I'll go ahead and start...

A Virus equivalent of Maschine would imply processing takes place on the host system (PC or Mac) rather than a dedicated hardware device, and thus the Virus would then become merely another soft-synth. This is one of those scenarios that consumers of the product would love but manufactures of the product would hate. Apple and the lessons learned from Steve Jobs before he passed have sent the message to many companies that the profit margin potential on hardware is greater than with software alone, and that more tightly integrated hardware and software, particularly closed and proprietary systems, quite frankly make more money at the end of the day. For this reason, I personally believe we are currently trending the other way, with soft synth vendors looking for ways to become hardware vendors; too much financial incentive not to.

From a sheer technical standpoint, some believe the filter processing (speed thereof?) of the Virus has not yet been matched by soft-synths. I'm not sure this is necessarily true, but if there is any truth to it, the characteristics of the filters could be a result of special processors on the DSPs used by the Virus (the Freescale 56321) which have dedicated parallel filter coprocessors (dubbed EFCOP). If there is any truth to this, it would mean that general purpose computing chips like the CPUs in most folks' computer would not be able to do filters and certain types of FX (think convolution reverb) with the same efficiency as the DSP in the Virus, so any advantage to the ears of VA on dedicated hardware would be lost. I have heard that the VST plug-in standard (still the most used) does not allow for extremely efficient parallelism...again my own personal experiences with modern VSTs and their CPU core usage would contradict this... but if true, it may add another hurdle to doing sound processing on a CPU versus a dedicated DSP.

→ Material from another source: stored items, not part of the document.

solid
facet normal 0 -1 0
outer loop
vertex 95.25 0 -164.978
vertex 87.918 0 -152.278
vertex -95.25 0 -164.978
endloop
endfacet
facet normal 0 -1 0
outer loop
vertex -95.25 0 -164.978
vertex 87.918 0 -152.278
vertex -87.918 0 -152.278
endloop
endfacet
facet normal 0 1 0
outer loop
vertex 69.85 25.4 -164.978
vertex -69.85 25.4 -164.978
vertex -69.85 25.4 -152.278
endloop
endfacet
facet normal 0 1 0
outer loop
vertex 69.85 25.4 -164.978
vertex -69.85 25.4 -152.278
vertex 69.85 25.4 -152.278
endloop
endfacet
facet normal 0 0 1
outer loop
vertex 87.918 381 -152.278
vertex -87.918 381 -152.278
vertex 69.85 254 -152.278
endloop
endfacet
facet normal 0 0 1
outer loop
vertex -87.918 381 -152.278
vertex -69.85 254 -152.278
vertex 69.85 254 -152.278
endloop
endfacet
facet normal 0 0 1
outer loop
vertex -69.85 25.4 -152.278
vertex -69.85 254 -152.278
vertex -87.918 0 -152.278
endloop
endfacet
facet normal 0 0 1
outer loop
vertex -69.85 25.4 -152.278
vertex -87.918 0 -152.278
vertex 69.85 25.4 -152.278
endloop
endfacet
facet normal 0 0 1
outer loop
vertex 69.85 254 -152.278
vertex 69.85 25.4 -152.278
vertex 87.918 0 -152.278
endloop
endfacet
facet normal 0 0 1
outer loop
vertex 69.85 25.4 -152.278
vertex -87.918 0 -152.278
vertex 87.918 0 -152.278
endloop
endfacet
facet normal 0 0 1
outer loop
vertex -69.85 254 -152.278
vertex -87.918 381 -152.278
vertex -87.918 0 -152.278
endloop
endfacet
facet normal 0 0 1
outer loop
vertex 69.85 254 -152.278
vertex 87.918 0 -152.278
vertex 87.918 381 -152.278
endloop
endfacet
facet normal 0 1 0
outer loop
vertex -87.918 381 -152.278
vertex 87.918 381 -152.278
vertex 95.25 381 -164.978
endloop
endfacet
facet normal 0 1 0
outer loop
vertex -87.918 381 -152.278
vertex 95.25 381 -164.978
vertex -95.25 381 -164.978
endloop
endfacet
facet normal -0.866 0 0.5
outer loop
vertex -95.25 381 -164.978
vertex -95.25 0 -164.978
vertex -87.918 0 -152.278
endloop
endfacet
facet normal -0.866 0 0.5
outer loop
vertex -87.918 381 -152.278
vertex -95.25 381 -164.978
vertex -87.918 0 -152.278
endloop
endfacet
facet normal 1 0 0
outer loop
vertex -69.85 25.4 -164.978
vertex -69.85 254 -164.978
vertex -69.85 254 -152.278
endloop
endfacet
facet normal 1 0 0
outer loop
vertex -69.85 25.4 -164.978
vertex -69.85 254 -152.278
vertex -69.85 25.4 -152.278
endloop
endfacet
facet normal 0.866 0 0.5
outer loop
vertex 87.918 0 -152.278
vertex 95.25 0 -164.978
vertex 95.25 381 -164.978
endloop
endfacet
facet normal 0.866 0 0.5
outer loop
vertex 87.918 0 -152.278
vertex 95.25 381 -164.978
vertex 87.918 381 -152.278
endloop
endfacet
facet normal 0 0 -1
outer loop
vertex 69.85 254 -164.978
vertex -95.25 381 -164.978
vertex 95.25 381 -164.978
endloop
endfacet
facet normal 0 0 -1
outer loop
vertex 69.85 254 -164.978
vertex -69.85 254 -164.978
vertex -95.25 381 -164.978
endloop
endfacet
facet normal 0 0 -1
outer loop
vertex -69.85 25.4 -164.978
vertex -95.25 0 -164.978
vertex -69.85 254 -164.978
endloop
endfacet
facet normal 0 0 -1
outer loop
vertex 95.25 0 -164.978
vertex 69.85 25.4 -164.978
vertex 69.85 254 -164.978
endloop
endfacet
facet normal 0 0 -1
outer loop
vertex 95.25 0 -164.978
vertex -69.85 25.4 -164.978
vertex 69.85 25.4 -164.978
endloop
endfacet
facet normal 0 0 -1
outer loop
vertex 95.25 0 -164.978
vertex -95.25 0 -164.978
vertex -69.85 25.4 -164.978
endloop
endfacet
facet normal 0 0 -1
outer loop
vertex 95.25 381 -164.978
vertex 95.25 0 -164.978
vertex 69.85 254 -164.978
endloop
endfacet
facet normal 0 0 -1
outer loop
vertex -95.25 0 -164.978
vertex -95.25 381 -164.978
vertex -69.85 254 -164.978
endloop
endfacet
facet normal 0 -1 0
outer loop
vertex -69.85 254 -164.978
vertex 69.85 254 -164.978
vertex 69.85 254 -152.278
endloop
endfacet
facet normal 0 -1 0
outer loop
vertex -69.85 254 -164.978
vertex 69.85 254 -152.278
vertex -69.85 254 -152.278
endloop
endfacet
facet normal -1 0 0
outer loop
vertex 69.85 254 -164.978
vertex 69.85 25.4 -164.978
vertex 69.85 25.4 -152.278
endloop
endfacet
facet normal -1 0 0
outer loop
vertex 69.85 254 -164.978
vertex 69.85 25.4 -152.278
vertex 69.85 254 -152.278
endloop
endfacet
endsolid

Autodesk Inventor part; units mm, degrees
sketch "Sketch1" plane through (0, 0, 0) normal (0, 1, 0) x (-1, 0, 0)
  line L0 (95.25, -164.9778) -> (-95.25, -164.9778)
  line L1 (87.9177, -152.2778) -> (-87.9177, -152.2778)
  line L2 (95.25, -164.9778) -> (87.9177, -152.2778)
  line L3 (-95.25, -164.9778) -> (-87.9177, -152.2778)
  point P0 (0, 0)
  point P1 (0, 0)
  point P2 (0, 0)
  dimension "d0" = 190.5
  dimension "d1" = 12.7
  dimension "d3" = 120
  dimension "d4" = 0
extrude "Extrusion1" add sketch "Sketch1" along normal blind 381
sketch "Sketch2" plane through (95.25, 0, -164.9778) normal (0, 0, -1) x (-1, 0, 0)
  line L0 (25.4, 254) -> (165.1, 254)
  line L1 (165.1, 254) -> (165.1, 25.4)
  line L2 (165.1, 25.4) -> (25.4, 25.4)
  line L3 (25.4, 25.4) -> (25.4, 254)
  line L4 (0, 0) -> (0, 381) projected
  point P0 (95.25, 0)
  dimension "d7" = 139.7
  dimension "d8" = 25.4
  dimension "d9" = 25.4
  dimension "d10" = 228.6
extrude "Extrusion2" cut sketch "Sketch2" against normal up to next
properties part number "side_w_door"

As far as connectivity and latency improvments, this seems to be the biggest area of complaint and I believe the area that we are all hoping for the big breakthrough. The question is, why hasn't it been done to date, and why is a new product line needed to accomplish it? My UltraNova, which is similar in that the sound engine is on the synth, communicates optionally with a plug-in editor via audio over USB, has an option built-in audio interface, etc. seems to have little or no issues delivering on the expectations of USB integration, at about one fifth the cost of the Virus. Granted it is mono-timbral and on paper spec offers less voices, but for the cost, someone could buy five of the things to offset that issue.

Sometimes I wonder if the exhorbant price point of the Virus isn't part of what helps to sustain it's status. Back in the 70's, Harley Davidson was getting their lunch eaten by cheaper, higher quality Japanese motorcyles, they revamped their image by dramatically increasing their price. The name of the restaurant escapes me, but a struggling sandwich shop somewhere in Philadelphia decided to achieve notoriety by offering a cheesesteak sandwich that cost $100. In both cases, it turned out to be a brilliant marketing scam for them. I'm starting to wonder if Kemper is a similar minded evil genius.